In this respect, it is necessary to refer to new Article 1105§3 of the French Civil Code that stipulates that “General rules are applied subject to particular rules”. The Report to the President of the [French] Republic that was annexed to the Ordinance (Official Journal of February 11, 2016, text n°25) added the following clarification in relation to said Article: “[….] the general rules laid down by the Ordinance shall be set aside in particular wherever it will be impossible to apply them concurrently with some of the rules enacted by the [French] Civil Code to regulate special contracts, or those resulting from other Codes such as the [French] Commercial Code of the [French] Consumer Code”.

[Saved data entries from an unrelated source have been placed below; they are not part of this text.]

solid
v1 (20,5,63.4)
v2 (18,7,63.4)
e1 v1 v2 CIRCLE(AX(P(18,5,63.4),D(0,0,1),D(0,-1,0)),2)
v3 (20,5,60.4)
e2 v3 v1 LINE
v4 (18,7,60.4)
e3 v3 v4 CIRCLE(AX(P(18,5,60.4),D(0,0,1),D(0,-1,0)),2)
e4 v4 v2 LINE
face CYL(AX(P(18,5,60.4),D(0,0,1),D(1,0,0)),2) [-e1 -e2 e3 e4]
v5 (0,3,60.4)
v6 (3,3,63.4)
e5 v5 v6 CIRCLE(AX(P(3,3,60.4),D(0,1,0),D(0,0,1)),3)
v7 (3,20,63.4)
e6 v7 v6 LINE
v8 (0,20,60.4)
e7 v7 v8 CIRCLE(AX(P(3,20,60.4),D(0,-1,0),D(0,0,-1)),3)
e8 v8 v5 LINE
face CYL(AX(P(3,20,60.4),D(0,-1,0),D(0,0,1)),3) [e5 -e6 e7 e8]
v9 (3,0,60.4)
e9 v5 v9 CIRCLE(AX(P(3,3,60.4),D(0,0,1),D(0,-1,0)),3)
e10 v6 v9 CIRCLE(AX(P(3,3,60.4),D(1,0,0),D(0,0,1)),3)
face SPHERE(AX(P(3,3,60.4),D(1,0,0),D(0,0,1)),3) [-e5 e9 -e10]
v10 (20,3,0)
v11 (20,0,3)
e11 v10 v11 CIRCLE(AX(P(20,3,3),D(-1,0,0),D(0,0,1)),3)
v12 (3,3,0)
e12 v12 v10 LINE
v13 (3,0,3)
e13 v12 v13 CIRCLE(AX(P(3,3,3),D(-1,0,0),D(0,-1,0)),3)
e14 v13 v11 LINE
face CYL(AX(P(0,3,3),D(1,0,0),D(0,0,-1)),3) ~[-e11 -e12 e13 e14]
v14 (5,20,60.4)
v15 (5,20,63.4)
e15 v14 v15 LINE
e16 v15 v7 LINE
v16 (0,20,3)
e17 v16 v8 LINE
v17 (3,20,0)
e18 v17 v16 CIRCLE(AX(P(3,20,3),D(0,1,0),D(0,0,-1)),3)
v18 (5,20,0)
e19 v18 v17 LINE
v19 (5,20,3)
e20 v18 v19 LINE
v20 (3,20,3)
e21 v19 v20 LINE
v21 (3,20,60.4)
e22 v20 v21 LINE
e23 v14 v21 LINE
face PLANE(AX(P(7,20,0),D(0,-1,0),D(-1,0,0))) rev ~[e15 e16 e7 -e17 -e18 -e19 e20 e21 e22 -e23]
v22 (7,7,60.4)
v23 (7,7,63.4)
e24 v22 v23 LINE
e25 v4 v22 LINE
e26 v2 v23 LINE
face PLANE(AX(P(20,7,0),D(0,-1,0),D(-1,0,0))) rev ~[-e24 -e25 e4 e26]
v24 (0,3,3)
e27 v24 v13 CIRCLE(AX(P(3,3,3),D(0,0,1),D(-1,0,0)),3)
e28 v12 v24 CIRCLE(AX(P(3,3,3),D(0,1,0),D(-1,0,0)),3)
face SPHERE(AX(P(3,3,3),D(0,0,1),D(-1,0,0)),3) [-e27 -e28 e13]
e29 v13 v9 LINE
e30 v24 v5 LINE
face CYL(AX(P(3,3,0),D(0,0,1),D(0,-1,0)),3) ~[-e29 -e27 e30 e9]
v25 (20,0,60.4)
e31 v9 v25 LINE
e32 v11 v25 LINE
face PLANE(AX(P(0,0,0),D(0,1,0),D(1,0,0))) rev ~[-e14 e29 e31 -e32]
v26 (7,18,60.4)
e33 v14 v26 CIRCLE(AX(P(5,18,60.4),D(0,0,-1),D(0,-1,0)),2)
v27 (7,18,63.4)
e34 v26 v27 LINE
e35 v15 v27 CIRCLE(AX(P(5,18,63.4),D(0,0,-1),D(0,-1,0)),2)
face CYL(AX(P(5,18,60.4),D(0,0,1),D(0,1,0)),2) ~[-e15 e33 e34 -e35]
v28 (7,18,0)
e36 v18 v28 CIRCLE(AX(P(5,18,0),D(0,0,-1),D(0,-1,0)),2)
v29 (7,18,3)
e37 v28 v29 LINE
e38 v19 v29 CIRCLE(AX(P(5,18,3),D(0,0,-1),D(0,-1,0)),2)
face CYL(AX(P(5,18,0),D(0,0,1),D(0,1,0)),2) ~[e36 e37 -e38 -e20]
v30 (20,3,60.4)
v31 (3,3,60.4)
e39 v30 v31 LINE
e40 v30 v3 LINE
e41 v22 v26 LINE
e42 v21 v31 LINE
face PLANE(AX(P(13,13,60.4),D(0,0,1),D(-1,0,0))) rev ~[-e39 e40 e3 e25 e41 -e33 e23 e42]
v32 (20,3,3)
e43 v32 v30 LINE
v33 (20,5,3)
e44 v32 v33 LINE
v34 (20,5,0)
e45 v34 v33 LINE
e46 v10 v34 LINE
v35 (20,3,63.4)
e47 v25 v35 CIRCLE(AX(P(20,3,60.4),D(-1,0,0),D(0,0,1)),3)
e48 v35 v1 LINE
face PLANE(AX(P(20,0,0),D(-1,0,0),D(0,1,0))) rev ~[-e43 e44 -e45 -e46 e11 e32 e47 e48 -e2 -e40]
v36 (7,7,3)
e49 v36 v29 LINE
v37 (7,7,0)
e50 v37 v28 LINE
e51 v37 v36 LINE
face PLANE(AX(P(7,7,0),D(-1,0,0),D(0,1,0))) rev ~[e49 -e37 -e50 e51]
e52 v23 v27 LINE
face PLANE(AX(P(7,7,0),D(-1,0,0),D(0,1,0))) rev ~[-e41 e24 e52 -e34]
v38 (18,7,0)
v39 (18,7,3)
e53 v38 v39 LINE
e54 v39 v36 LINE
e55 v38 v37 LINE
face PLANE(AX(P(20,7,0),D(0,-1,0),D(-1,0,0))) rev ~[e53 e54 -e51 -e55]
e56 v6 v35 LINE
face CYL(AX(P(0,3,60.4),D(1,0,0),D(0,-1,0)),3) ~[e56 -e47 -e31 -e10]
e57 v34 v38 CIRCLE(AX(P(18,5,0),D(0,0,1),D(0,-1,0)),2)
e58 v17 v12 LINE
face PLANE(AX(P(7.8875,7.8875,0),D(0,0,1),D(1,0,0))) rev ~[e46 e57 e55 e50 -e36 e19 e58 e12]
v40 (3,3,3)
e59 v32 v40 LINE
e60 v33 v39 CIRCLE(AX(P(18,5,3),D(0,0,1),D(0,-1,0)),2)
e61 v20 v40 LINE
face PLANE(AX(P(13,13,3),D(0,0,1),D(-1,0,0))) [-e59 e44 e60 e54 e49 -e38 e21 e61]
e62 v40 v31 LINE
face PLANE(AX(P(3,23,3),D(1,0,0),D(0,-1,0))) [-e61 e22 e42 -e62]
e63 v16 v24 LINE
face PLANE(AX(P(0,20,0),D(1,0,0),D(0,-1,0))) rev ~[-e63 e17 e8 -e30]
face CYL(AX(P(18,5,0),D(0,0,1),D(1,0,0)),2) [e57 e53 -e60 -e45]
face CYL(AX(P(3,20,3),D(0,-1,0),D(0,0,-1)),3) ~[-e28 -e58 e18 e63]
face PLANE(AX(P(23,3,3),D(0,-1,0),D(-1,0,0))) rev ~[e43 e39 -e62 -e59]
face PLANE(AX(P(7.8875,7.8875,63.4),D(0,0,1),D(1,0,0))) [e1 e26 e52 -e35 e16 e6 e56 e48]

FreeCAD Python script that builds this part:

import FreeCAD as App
import Part
import Sketcher

V = App.Vector
Q = App.Units.Quantity


def edges_at(feature, points):
    """Names of the edges that pass closest to the given points."""
    edges = feature.Shape.Edges
    near = lambda p: min(range(len(edges)), key=lambda i: edges[i].distToShape(Part.Vertex(*p))[0])
    return sorted({f"Edge{near(p) + 1}" for p in points})

doc = App.newDocument("Part")
body = doc.addObject("PartDesign::Body", "Body")

# Sketch on XY plane
sketch1 = body.newObject("Sketcher::SketchObject", "Sketch")
sketch1.AttachmentSupport = (doc.getObject("XY_Plane"), [""])
sketch1.MapMode = "FlatFace"
sketch1.addGeometry([
    Part.LineSegment(V(0, 0, 0), V(20, 0, 0)),  # 0
    Part.LineSegment(V(20, 0, 0), V(20, 7, 0)),  # 1
    Part.LineSegment(V(20, 7, 0), V(7, 7, 0)),  # 2
    Part.LineSegment(V(7, 7, 0), V(7, 20, 0)),  # 3
    Part.LineSegment(V(7, 20, 0), V(0, 20, 0)),  # 4
    Part.LineSegment(V(0, 20, 0), V(0, 0, 0)),  # 5
], False)
sketch1.addConstraint([
    Sketcher.Constraint("Coincident", 0, 2, 1, 1),
    Sketcher.Constraint("Coincident", 1, 2, 2, 1),
    Sketcher.Constraint("Coincident", 2, 2, 3, 1),
    Sketcher.Constraint("Coincident", 3, 2, 4, 1),
    Sketcher.Constraint("Coincident", 4, 2, 5, 1),
    Sketcher.Constraint("Coincident", 5, 2, 0, 1),
    Sketcher.Constraint("Horizontal", 0),
    Sketcher.Constraint("Vertical", 1),
    Sketcher.Constraint("Horizontal", 2),
    Sketcher.Constraint("Vertical", 3),
    Sketcher.Constraint("Horizontal", 4),
    Sketcher.Constraint("Vertical", 5),
    Sketcher.Constraint("Coincident", 5, 2, -1, 1),
    Sketcher.Constraint("Equal", 4, 1),
    Sketcher.Constraint("Equal", 2, 3),
    Sketcher.Constraint("DistanceX", 0, 1, 0, 2, Q("20 mm")),
    Sketcher.Constraint("DistanceX", 2, 2, 2, 1, Q("13 mm")),
])
pad1 = body.newObject("PartDesign::Pad", "Pad")
pad1.Profile = sketch1
pad1.Length = 63.4

# Sketch on XY plane
sketch2 = body.newObject("Sketcher::SketchObject", "Sketch001")
sketch2.AttachmentSupport = (doc.getObject("XY_Plane"), [""])
sketch2.MapMode = "FlatFace"
sketch2.AttachmentOffset = App.Placement(V(0, 0, 3), App.Rotation())
sketch2.addGeometry([
    Part.LineSegment(V(23, 3, 0), V(23, 23, 0)),
    Part.LineSegment(V(23, 23, 0), V(3, 23, 0)),
    Part.LineSegment(V(3, 23, 0), V(3, 3, 0)),
    Part.LineSegment(V(3, 3, 0), V(23, 3, 0)),
], False)
sketch2.addConstraint([
    Sketcher.Constraint("Coincident", 0, 2, 1, 1),
    Sketcher.Constraint("Coincident", 1, 2, 2, 1),
    Sketcher.Constraint("Coincident", 2, 2, 3, 1),
    Sketcher.Constraint("Coincident", 3, 2, 0, 1),
    Sketcher.Constraint("Vertical", 0),
    Sketcher.Constraint("Horizontal", 1),
    Sketcher.Constraint("Vertical", 2),
    Sketcher.Constraint("Horizontal", 3),
    Sketcher.Constraint("Equal", 3, 0),
    Sketcher.Constraint("DistanceX", 1, 2, 1, 1, Q("20 mm")),
    Sketcher.Constraint("DistanceX", -1, 1, 0, 2, Q("23 mm")),
    Sketcher.Constraint("DistanceY", -1, 1, 0, 2, Q("23 mm")),
])
pocket1 = body.newObject("PartDesign::Pocket", "Pocket")
pocket1.Profile = sketch2
pocket1.Length = 57.4
pocket1.Reversed = True
doc.recompute()

fillet = body.newObject("PartDesign::Fillet", "Fillet")
fillet.Base = (pocket1, edges_at(pocket1, [
    (7, 20, 61.9),
    (20, 7, 61.9),
    (7, 20, 1.5),
    (20, 7, 1.5),
]))
fillet.Radius = 2
doc.recompute()

fillet2 = body.newObject("PartDesign::Fillet", "Fillet001")
fillet2.Base = (fillet, edges_at(fillet, [
    (10, 0, 63.4),
    (0, 10, 63.4),
    (0, 0, 31.7),
    (0, 10, 0),
    (10, 0, 0),
]))
fillet2.Radius = 3

doc.recompute()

Today, legal writers have different opinions on what position should be adopted. Some consider that the new general contract law, including new Article 1161 of the FCC, must apply insofar as corporate law is silent on this point; this analysis is supported by the objective of protection pursued by said Article. On the other hand, some legal writers consider that the corporate law rules should apply as “the silence of the law on specific points must be interpreted as a deliberate intention not to impose rules” (BRDA 9/2016).

As no clear position is being taken on this issue, corporate officers must be cautious.

In practice, if there are several legal representatives, the difficulty can be circumvented by having the contract signed by the legal representative who has no legal interest therein.

If there is only one legal representative, the latter must either obtain a posteriori the ratification of the contract by the shareholders – with the risk that such ratification be denied – or obtain the prior authorization of said shareholders – which can be burdensome if such authorization is to be granted on a case-by-case basis.

Since new Article 1161 of the FCC does not specify whether this authorization is subject to certain formalities, some legal writers are considering the possibility of adopting a general resolution authorizing legal representatives to sign agreements likely to be declared void under said Article. Others suggest that the by-laws should include a specific mention authorizing the shareholders or any other corporate bodies that appoint the legal representative to exempt the latter from the limitations set forth by new Article 1161 of the FCC.

Yet, all those who have so far commented on this Article agree that extreme caution should be exercised so long as French courts have not uphold the general authorization and/or exemption schemes that may be put in place.